● **Work to be completed**
Print nothing but the lines below starting at the line that holds "f 63 67 188" and ending at the line that holds "f 670 669 712", including both, each exactly as written.

BEGIN Exercise data

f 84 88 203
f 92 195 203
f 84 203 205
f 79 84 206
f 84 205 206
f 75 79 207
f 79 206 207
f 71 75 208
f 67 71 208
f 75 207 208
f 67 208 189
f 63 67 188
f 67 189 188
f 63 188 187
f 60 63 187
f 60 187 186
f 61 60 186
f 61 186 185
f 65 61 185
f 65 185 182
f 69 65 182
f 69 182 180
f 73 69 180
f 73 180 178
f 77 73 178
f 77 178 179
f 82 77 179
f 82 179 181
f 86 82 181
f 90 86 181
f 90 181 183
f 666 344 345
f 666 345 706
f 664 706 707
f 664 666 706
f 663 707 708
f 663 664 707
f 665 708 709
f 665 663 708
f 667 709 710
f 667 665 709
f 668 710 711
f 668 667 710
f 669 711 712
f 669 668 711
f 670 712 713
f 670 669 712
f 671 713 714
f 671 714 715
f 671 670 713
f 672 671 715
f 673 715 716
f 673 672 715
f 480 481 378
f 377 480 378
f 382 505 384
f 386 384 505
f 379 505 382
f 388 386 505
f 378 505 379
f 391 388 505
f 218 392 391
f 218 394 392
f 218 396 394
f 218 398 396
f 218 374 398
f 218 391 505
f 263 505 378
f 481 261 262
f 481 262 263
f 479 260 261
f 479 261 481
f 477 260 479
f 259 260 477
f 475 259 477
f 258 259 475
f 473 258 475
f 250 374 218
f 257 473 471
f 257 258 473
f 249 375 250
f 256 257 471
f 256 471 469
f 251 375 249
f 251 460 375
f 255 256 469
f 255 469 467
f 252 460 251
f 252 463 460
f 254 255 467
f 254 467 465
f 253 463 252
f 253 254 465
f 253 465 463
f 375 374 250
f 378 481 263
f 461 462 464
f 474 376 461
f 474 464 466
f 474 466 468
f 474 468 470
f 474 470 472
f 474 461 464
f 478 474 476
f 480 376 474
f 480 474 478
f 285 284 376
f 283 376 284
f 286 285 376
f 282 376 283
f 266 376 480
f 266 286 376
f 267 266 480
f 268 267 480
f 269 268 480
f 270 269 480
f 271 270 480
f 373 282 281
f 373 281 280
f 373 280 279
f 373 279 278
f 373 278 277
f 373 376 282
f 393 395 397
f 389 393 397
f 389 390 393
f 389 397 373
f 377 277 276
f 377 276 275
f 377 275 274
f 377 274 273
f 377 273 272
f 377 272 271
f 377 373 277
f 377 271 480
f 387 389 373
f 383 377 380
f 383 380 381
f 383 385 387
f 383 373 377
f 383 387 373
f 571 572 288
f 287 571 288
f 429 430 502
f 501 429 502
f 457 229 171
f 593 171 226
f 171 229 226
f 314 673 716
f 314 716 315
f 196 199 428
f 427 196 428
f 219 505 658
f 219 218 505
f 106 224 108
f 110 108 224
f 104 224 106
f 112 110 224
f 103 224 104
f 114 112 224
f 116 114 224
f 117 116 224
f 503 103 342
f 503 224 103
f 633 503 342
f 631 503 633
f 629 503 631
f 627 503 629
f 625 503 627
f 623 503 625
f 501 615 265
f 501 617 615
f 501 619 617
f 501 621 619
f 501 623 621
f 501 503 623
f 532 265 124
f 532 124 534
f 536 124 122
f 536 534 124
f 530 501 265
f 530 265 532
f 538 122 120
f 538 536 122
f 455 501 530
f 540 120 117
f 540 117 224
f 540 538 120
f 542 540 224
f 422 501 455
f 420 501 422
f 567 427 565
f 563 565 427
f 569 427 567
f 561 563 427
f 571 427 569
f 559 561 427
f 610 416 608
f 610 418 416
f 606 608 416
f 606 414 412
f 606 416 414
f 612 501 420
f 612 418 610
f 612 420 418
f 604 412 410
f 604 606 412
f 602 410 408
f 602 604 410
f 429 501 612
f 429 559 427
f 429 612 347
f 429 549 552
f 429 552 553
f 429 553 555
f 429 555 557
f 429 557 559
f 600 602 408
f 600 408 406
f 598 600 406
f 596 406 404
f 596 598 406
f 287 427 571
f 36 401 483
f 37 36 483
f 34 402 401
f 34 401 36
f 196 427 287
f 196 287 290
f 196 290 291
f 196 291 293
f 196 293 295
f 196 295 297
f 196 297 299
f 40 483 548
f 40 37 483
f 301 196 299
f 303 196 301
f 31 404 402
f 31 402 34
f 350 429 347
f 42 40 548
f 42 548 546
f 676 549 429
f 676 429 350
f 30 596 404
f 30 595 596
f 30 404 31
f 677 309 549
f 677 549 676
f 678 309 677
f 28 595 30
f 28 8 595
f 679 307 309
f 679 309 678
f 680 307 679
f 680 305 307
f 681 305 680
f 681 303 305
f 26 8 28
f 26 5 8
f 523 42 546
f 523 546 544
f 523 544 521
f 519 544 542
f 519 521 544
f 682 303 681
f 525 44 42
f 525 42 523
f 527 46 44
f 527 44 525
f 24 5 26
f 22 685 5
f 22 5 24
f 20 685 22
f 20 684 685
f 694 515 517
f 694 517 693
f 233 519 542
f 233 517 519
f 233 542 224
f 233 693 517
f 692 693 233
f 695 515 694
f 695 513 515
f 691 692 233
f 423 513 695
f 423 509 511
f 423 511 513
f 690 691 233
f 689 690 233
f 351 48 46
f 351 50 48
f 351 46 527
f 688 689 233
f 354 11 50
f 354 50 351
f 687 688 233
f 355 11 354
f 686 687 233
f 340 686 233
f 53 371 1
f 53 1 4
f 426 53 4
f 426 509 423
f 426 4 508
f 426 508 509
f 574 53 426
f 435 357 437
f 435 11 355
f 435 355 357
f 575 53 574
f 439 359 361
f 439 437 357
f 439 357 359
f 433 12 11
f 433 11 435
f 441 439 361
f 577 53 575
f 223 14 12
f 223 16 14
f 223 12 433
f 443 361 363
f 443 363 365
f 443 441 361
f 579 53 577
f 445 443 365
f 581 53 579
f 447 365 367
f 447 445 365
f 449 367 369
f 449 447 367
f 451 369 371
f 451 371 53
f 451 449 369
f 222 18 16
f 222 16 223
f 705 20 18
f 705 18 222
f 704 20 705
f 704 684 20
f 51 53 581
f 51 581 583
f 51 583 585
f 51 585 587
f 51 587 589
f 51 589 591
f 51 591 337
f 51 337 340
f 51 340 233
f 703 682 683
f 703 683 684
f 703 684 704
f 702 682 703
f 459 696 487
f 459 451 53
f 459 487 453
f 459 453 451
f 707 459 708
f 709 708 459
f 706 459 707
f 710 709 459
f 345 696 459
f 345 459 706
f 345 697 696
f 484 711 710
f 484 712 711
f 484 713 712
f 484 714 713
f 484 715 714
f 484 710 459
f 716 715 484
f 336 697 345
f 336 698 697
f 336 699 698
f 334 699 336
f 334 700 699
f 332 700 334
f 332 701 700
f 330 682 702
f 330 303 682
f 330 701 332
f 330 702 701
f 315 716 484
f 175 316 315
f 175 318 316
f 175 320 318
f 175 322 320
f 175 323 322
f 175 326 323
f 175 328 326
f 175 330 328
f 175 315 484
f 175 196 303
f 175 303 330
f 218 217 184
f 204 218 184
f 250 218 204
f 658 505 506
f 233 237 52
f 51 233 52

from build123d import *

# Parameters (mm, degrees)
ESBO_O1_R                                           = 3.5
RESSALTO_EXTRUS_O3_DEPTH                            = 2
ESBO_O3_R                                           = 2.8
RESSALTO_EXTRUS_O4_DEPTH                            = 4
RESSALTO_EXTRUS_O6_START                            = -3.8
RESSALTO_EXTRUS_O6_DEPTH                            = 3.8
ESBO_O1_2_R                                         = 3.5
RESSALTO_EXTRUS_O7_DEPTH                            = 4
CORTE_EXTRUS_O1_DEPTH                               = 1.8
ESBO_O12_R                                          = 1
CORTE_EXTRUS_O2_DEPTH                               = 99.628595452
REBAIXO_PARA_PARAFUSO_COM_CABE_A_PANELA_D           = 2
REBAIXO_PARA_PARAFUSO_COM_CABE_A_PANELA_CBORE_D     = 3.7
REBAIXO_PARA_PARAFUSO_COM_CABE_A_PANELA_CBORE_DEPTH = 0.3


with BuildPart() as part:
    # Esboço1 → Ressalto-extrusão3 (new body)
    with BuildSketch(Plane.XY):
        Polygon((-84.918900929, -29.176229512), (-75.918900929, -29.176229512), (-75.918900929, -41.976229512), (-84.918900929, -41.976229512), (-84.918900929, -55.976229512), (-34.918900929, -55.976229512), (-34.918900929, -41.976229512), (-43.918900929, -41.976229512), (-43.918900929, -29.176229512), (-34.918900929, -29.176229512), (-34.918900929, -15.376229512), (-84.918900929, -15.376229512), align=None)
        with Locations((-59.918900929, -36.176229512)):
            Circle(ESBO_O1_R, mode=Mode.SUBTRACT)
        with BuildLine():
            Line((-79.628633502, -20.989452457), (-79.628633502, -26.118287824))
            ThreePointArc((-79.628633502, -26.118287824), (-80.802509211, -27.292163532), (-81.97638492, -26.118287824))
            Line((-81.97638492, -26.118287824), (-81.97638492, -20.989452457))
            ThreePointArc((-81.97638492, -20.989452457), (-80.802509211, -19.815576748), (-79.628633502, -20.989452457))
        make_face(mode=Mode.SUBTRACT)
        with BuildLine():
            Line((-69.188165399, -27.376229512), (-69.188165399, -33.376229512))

END Exercise data

● **Expected output**
f 63 67 188
f 67 189 188
f 63 188 187
f 60 63 187
f 60 187 186
f 61 60 186
f 61 186 185
f 65 61 185
f 65 185 182
f 69 65 182
f 69 182 180
f 73 69 180
f 73 180 178
f 77 73 178
f 77 178 179
f 82 77 179
f 82 179 181
f 86 82 181
f 90 86 181
f 90 181 183
f 666 344 345
f 666 345 706
f 664 706 707
f 664 666 706
f 663 707 708
f 663 664 707
f 665 708 709
f 665 663 708
f 667 709 710
f 667 665 709
f 668 710 711
f 668 667 710
f 669 711 712
f 669 668 711
f 670 712 713
f 670 669 712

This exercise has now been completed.